Aim of the exercise: Look through the data below and extract, unchanged, the lines from the one that contains "v -31.145 -19.032 0" to the one that contains "v 37.745 -11.643 3", both included.

Collected data

········

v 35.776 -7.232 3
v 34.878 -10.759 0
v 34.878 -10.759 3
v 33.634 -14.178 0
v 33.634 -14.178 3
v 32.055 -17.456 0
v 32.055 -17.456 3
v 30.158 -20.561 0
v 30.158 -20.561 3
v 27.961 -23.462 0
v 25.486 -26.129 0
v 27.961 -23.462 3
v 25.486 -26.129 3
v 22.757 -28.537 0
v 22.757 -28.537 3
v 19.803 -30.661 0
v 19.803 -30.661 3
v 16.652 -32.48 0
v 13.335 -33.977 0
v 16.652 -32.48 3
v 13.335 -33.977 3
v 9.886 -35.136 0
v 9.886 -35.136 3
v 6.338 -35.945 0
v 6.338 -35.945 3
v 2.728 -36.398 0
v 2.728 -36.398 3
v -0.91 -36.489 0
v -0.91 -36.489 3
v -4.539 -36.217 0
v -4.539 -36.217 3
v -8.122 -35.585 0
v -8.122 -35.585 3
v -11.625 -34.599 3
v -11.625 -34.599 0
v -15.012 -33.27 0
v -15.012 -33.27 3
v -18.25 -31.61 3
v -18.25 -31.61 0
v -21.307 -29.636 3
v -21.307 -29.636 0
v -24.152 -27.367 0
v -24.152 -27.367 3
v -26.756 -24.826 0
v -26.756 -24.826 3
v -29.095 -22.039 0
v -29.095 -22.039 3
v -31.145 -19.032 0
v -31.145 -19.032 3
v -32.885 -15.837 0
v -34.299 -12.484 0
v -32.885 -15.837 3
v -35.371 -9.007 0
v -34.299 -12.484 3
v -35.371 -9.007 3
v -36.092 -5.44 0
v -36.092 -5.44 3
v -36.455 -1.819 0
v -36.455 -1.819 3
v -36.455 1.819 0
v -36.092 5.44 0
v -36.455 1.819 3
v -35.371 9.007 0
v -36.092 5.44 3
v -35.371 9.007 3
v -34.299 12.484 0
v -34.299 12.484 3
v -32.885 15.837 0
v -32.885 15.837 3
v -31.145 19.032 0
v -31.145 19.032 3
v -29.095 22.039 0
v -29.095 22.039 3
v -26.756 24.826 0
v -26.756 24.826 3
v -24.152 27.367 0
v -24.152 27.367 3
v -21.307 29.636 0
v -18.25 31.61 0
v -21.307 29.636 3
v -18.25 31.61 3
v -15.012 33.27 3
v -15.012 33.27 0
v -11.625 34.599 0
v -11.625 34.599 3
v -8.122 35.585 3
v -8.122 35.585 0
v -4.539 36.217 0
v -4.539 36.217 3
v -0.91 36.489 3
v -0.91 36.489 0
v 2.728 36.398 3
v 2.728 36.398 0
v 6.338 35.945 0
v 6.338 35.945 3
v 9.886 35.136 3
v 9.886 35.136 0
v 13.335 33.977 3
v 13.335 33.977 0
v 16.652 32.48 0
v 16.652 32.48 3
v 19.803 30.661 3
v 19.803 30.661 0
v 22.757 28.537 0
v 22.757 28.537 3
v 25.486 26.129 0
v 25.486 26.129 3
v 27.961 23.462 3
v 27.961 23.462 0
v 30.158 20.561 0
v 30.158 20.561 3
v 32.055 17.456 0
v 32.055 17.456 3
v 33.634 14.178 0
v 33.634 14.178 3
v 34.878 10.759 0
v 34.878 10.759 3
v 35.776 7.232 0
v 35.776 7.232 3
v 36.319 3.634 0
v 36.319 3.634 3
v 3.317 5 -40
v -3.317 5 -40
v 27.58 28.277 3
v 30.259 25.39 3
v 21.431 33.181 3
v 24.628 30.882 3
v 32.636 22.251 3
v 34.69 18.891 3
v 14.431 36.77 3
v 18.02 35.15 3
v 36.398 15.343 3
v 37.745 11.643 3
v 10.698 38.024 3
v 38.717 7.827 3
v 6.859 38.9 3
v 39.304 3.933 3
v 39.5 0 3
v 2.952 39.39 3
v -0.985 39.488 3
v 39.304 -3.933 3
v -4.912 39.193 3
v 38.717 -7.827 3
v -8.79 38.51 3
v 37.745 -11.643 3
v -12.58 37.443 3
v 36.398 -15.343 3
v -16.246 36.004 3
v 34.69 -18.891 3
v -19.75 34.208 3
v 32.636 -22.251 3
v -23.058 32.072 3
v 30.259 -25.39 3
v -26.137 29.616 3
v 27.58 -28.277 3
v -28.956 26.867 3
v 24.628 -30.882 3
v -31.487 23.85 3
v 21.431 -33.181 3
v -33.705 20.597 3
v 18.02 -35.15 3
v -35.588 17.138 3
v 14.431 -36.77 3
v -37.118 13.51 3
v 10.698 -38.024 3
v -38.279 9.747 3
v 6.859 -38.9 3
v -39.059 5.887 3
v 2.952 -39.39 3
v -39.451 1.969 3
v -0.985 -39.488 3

········

Exercise answer:
v -31.145 -19.032 0
v -31.145 -19.032 3
v -32.885 -15.837 0
v -34.299 -12.484 0
v -32.885 -15.837 3
v -35.371 -9.007 0
v -34.299 -12.484 3
v -35.371 -9.007 3
v -36.092 -5.44 0
v -36.092 -5.44 3
v -36.455 -1.819 0
v -36.455 -1.819 3
v -36.455 1.819 0
v -36.092 5.44 0
v -36.455 1.819 3
v -35.371 9.007 0
v -36.092 5.44 3
v -35.371 9.007 3
v -34.299 12.484 0
v -34.299 12.484 3
v -32.885 15.837 0
v -32.885 15.837 3
v -31.145 19.032 0
v -31.145 19.032 3
v -29.095 22.039 0
v -29.095 22.039 3
v -26.756 24.826 0
v -26.756 24.826 3
v -24.152 27.367 0
v -24.152 27.367 3
v -21.307 29.636 0
v -18.25 31.61 0
v -21.307 29.636 3
v -18.25 31.61 3
v -15.012 33.27 3
v -15.012 33.27 0
v -11.625 34.599 0
v -11.625 34.599 3
v -8.122 35.585 3
v -8.122 35.585 0
v -4.539 36.217 0
v -4.539 36.217 3
v -0.91 36.489 3
v -0.91 36.489 0
v 2.728 36.398 3
v 2.728 36.398 0
v 6.338 35.945 0
v 6.338 35.945 3
v 9.886 35.136 3
v 9.886 35.136 0
v 13.335 33.977 3
v 13.335 33.977 0
v 16.652 32.48 0
v 16.652 32.48 3
v 19.803 30.661 3
v 19.803 30.661 0
v 22.757 28.537 0
v 22.757 28.537 3
v 25.486 26.129 0
v 25.486 26.129 3
v 27.961 23.462 3
v 27.961 23.462 0
v 30.158 20.561 0
v 30.158 20.561 3
v 32.055 17.456 0
v 32.055 17.456 3
v 33.634 14.178 0
v 33.634 14.178 3
v 34.878 10.759 0
v 34.878 10.759 3
v 35.776 7.232 0
v 35.776 7.232 3
v 36.319 3.634 0
v 36.319 3.634 3
v 3.317 5 -40
v -3.317 5 -40
v 27.58 28.277 3
v 30.259 25.39 3
v 21.431 33.181 3
v 24.628 30.882 3
v 32.636 22.251 3
v 34.69 18.891 3
v 14.431 36.77 3
v 18.02 35.15 3
v 36.398 15.343 3
v 37.745 11.643 3
v 10.698 38.024 3
v 38.717 7.827 3
v 6.859 38.9 3
v 39.304 3.933 3
v 39.5 0 3
v 2.952 39.39 3
v -0.985 39.488 3
v 39.304 -3.933 3
v -4.912 39.193 3
v 38.717 -7.827 3
v -8.79 38.51 3
v 37.745 -11.643 3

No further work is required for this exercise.